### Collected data
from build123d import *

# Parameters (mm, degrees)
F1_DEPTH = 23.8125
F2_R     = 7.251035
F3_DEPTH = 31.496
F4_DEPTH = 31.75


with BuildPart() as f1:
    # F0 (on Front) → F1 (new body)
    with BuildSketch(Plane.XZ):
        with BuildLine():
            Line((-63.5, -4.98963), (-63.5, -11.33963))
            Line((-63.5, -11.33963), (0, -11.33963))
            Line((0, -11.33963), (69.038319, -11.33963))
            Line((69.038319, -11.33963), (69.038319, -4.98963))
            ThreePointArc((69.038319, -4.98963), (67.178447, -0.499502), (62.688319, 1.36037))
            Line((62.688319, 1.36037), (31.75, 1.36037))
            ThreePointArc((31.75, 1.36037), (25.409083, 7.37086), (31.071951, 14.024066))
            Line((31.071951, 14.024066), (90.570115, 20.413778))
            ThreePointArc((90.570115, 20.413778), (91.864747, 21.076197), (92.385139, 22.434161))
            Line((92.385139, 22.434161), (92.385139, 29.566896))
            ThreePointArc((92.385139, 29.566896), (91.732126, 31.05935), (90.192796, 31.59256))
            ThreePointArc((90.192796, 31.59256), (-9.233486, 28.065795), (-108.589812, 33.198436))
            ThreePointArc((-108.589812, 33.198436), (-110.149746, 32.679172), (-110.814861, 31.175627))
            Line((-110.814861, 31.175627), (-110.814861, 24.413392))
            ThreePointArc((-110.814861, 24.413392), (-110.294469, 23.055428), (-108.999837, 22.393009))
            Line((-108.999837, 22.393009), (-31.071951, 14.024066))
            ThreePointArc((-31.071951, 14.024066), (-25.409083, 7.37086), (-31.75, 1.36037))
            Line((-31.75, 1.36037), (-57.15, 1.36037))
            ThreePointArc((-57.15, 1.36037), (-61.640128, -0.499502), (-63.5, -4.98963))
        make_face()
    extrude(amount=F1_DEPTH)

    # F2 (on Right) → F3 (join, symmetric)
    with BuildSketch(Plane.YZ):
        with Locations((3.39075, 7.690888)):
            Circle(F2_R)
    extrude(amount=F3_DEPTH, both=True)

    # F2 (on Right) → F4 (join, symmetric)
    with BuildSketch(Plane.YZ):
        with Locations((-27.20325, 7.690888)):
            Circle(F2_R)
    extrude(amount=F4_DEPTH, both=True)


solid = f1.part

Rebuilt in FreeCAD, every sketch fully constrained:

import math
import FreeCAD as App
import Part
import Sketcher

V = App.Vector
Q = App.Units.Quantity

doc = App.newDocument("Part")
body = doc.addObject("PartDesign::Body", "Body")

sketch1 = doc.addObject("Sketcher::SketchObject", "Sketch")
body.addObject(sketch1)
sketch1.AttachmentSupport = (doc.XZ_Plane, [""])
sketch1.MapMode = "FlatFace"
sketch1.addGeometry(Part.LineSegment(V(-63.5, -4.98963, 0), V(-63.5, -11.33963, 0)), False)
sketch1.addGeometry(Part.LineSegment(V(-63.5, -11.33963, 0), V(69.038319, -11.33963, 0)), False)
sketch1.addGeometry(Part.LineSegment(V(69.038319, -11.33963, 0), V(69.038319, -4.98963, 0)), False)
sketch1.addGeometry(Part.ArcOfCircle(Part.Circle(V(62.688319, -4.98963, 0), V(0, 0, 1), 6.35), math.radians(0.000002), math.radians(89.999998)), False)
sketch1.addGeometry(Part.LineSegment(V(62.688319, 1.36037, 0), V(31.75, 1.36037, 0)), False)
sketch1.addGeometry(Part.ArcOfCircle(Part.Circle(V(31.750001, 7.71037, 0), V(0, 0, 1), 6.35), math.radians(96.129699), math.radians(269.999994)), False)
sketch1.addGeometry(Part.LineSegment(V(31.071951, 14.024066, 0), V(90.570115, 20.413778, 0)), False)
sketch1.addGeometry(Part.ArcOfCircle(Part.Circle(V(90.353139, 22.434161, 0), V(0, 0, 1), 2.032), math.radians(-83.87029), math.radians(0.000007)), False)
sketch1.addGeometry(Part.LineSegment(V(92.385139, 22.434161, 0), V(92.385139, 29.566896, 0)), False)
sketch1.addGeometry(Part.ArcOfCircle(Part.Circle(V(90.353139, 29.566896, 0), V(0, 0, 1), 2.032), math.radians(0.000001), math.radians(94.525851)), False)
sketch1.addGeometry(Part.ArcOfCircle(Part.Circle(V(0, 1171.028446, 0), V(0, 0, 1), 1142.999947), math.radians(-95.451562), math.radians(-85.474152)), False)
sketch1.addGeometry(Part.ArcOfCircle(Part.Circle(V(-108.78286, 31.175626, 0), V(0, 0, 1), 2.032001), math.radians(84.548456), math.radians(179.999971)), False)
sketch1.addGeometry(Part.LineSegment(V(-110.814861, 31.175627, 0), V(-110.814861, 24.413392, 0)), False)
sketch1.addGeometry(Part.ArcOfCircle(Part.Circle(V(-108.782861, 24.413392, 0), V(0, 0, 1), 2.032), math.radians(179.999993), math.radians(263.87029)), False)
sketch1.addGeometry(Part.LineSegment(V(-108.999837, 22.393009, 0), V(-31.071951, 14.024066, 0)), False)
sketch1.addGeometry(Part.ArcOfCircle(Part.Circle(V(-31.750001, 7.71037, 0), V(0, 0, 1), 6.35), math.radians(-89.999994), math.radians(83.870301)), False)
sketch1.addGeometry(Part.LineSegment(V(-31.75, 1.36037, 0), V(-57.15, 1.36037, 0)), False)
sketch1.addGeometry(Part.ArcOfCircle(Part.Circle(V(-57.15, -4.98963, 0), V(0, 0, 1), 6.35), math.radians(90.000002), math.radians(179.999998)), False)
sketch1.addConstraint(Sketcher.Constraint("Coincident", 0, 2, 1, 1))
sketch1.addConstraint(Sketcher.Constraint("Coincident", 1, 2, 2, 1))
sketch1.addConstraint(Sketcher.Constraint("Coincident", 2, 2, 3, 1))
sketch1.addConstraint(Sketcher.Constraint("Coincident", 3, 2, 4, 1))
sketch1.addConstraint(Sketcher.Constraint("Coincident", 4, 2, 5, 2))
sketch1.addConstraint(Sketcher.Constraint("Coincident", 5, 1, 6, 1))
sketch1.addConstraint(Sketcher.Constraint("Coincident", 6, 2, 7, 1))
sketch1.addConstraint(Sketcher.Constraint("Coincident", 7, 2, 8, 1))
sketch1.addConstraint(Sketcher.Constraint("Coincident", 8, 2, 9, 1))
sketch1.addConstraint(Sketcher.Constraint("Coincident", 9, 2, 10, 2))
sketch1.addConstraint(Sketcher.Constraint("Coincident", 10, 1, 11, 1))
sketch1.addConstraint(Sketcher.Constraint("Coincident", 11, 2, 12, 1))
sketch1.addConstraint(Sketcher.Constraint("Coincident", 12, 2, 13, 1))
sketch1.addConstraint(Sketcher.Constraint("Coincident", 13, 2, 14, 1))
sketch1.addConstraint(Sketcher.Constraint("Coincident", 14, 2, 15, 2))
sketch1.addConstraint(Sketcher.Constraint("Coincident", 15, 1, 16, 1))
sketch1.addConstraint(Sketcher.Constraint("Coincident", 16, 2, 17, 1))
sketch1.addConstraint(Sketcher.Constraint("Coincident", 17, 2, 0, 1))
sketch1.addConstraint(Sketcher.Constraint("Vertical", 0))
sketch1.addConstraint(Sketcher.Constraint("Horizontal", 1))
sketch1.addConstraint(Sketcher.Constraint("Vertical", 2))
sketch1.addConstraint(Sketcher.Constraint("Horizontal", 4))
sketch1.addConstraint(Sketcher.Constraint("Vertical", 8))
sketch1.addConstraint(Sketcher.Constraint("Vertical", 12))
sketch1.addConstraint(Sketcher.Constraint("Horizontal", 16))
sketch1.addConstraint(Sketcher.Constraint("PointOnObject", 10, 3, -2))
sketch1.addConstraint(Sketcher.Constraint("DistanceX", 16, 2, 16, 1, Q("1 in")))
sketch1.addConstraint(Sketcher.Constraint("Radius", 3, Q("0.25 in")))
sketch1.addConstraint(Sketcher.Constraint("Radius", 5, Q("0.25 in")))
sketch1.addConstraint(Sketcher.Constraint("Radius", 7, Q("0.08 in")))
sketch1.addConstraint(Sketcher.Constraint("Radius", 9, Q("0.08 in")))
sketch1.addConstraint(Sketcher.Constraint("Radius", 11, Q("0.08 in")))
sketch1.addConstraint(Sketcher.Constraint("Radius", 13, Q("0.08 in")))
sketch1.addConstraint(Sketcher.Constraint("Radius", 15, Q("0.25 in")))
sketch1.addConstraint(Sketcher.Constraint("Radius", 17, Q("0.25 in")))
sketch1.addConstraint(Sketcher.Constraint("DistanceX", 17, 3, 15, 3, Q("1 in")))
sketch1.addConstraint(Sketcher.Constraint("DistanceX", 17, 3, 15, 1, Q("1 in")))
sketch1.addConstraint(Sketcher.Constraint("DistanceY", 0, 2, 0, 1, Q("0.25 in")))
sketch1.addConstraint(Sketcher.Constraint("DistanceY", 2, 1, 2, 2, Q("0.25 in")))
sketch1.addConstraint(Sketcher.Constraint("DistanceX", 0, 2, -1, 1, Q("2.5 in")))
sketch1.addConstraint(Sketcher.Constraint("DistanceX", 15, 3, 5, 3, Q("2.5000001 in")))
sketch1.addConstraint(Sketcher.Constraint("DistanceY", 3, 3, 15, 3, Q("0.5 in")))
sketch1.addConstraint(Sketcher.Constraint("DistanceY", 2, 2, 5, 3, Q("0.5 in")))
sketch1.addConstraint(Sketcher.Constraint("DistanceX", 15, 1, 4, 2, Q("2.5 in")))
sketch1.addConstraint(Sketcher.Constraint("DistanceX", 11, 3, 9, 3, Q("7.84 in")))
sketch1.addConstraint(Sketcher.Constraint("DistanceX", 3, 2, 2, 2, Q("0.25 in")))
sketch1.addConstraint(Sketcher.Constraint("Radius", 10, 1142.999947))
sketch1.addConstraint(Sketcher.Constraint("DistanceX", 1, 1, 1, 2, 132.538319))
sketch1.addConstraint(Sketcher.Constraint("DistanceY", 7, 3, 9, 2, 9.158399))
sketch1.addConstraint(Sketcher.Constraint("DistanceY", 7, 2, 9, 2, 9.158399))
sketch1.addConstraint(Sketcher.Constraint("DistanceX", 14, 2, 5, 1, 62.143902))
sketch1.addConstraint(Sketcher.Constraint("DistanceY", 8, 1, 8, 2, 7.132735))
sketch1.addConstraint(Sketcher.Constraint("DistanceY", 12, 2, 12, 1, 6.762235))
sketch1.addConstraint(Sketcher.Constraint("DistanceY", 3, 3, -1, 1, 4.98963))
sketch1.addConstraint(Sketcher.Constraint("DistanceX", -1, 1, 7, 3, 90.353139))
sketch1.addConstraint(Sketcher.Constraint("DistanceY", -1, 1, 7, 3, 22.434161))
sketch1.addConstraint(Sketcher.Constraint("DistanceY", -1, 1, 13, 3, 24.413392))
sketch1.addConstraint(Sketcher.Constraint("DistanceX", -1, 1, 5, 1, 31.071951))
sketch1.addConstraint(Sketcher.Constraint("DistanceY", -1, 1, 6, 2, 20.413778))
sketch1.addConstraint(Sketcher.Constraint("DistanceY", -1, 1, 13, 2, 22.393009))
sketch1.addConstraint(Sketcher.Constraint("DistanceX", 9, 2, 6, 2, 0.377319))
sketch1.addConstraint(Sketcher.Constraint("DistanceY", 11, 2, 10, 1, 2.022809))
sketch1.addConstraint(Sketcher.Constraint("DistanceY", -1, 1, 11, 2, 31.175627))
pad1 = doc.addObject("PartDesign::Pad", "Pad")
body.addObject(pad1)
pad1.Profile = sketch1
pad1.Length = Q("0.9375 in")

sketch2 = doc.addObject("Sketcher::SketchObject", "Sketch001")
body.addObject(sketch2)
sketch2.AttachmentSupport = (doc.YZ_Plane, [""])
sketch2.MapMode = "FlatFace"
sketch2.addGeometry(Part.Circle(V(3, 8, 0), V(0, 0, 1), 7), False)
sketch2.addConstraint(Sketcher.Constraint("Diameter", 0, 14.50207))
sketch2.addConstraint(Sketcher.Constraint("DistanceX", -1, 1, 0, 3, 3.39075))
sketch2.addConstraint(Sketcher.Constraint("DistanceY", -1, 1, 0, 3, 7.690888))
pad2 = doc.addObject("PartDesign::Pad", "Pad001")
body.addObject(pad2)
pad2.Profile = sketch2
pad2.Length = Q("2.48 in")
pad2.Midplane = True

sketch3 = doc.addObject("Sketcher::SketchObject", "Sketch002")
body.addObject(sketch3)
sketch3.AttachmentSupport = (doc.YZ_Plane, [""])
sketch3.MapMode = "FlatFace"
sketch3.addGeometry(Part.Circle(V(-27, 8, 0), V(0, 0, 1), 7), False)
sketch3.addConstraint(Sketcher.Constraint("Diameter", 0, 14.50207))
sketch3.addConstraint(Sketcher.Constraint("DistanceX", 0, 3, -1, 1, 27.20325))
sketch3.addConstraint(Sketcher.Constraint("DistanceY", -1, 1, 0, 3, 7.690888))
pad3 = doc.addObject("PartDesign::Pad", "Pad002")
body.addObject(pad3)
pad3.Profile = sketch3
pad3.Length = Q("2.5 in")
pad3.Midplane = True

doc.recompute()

### WHAT YOU NEED TO DO
Only one stretch of the data above is needed. Restate it word for word, from the line containing "with BuildPart() as" through the line containing "Line((31.071951, 14.024066), (90.570115, 20.413778))", both ends included.

### YOUR SOLUTION
with BuildPart() as f1:
    # F0 (on Front) → F1 (new body)
    with BuildSketch(Plane.XZ):
        with BuildLine():
            Line((-63.5, -4.98963), (-63.5, -11.33963))
            Line((-63.5, -11.33963), (0, -11.33963))
            Line((0, -11.33963), (69.038319, -11.33963))
            Line((69.038319, -11.33963), (69.038319, -4.98963))
            ThreePointArc((69.038319, -4.98963), (67.178447, -0.499502), (62.688319, 1.36037))
            Line((62.688319, 1.36037), (31.75, 1.36037))
            ThreePointArc((31.75, 1.36037), (25.409083, 7.37086), (31.071951, 14.024066))
            Line((31.071951, 14.024066), (90.570115, 20.413778))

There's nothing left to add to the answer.